World

Deadly removal work ahead at damaged nuclear plant

05:41 am on 15 August 2013

The operator of the Fukushima nuclear plant in Japan is preparing to remove 400 tonnes of highly irradiated spent fuel from a damaged reactor building.

The Tokyo Electric Power Company says it is a dangerous operation that has never been attempted before on this scale.

More than 1300 used fuel rod assemblies need to be removed from a building that is vulnerable to collapse if another large earthquake occurs.

The rods contain radiation equivalent to 14,000 times that released by the atomic bomb on Hiroshima in 1945.

The operation will begin in November at the plant's No. 4 reactor.

A mishap could lead to a worse disaster than the March 2011 nuclear crisis at Fukushima, which was the world's most serious since Chernobyl in 1986.

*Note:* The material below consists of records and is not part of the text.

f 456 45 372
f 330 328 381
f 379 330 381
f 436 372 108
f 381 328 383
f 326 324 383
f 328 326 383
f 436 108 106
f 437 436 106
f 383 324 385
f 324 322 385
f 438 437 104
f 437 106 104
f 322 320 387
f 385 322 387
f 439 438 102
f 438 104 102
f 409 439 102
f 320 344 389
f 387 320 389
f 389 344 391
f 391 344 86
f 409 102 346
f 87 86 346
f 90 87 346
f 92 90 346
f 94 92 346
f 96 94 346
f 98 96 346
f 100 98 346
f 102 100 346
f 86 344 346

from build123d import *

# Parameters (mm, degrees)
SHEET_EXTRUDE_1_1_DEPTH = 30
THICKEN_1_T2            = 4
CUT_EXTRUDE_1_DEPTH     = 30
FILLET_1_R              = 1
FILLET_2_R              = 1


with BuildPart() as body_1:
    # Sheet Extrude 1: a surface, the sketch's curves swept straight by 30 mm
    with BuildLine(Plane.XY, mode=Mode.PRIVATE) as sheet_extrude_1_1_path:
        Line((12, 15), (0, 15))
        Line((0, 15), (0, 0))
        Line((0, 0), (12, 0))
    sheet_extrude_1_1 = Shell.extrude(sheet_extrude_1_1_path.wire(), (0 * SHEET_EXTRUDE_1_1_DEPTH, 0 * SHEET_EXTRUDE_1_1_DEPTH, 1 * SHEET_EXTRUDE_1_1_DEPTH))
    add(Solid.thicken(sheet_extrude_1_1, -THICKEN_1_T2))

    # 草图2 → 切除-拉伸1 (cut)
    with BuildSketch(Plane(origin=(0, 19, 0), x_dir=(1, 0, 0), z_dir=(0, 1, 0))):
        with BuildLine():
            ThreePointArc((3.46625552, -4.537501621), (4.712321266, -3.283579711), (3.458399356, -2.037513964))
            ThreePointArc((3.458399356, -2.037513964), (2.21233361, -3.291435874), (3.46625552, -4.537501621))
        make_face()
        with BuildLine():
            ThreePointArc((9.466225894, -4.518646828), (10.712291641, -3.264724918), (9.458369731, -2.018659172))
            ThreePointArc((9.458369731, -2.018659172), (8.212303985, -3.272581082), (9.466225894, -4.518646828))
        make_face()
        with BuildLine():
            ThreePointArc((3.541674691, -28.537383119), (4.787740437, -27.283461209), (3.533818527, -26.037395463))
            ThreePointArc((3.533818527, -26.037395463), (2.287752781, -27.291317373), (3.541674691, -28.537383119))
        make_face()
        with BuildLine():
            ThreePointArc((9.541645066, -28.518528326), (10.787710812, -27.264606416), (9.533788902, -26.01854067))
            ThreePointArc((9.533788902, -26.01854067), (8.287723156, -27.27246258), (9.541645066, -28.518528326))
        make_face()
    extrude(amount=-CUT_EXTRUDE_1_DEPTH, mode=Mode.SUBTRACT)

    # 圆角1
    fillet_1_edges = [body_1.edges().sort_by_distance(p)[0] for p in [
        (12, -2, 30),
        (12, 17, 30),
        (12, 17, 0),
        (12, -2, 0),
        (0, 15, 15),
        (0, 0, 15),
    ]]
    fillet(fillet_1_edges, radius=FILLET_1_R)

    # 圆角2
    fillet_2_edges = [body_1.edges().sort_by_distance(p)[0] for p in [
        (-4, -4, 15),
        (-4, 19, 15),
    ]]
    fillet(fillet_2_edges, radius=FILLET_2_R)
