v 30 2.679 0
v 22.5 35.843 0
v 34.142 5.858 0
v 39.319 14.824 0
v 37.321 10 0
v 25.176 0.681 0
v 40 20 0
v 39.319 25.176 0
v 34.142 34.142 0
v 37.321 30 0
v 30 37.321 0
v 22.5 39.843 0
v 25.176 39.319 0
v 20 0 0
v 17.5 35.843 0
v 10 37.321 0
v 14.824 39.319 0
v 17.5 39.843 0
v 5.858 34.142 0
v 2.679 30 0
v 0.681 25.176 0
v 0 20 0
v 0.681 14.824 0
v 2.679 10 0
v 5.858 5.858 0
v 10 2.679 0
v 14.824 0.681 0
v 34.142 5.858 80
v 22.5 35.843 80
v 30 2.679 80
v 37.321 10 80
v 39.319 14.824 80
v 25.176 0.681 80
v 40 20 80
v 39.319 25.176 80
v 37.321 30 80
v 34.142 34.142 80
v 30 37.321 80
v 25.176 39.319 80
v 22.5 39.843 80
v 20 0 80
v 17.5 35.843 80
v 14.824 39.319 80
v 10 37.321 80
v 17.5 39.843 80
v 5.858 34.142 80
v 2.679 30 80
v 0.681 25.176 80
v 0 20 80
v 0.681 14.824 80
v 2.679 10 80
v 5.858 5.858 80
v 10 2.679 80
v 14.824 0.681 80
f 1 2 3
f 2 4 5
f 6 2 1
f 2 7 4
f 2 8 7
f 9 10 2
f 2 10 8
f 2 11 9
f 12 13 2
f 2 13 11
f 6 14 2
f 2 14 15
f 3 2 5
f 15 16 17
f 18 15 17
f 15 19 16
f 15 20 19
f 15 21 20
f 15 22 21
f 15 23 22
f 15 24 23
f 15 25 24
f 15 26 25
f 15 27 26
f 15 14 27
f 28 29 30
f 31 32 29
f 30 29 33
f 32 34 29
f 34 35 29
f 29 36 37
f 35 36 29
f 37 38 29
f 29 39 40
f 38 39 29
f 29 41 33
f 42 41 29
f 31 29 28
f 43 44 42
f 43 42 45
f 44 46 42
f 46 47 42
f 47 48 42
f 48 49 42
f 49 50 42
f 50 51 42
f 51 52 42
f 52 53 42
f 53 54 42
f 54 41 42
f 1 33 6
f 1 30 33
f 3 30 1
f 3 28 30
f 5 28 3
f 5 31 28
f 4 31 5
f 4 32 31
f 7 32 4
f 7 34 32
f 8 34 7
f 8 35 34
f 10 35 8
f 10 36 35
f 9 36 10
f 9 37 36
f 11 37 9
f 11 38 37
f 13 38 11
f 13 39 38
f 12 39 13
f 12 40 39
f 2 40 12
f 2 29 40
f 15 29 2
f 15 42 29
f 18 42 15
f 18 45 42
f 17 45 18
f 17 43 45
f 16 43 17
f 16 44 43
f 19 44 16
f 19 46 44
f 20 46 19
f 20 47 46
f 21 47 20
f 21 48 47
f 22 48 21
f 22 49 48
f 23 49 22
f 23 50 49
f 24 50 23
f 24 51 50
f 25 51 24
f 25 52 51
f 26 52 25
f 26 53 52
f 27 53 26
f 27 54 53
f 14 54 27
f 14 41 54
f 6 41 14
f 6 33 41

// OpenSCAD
$fn = 32;

// ----------------------------------------------------------------------
// Keyway shaft: d40 shaft, key 5 x 4 mm
// ----------------------------------------------------------------------

// --- parameters (mm) ---
shaft_r = 20;             // shaft radius
key_w = 5;                // keyway width
key_d = 4;                // keyway depth below the surface line
plate_t = 80;             // shaft length, Z (extrusion height)

shaft_d = 2 * shaft_r;  // shaft diameter
circle_step = 15;  // polygon sampling step, degrees

profile = [[14.824, 39.319], [10, 37.321], [5.858, 34.142], [2.679, 30], [0.681, 25.176], [0, 20], [0.681, 14.824], [2.679, 10], [5.858, 5.858], [10, 2.679], [14.824, 0.681], [20, 0], [25.176, 0.681], [30, 2.679], [34.142, 5.858], [37.321, 10], [39.319, 14.824], [40, 20], [39.319, 25.176], [37.321, 30], [34.142, 34.142], [30, 37.321], [25.176, 39.319], [22.5, 39.843], [22.5, 35.843], [17.5, 35.843], [17.5, 39.843]];  // primary outline, 27 points, counter clockwise

// --- the one profile operation ---
linear_extrude(height = plate_t) polygon(points = profile);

TEPCO has already removed two unused fuel assemblies from the pool in a test operation last year, but these rods are less dangerous than the spent bundles. Extracting spent fuel is a normal part of operations at a nuclear plant, but safely plucking them from a badly damaged reactor is unprecedented.

The company is already in a losing battle to stop radioactive water overflowing from another part of the facility.

Last week, Prime Minister Shinzo Abe ordered the government to take a more active role in controlling the overflow of radioactive water being flushed over the melted reactors in Units 1, 2 and 3 at the plant.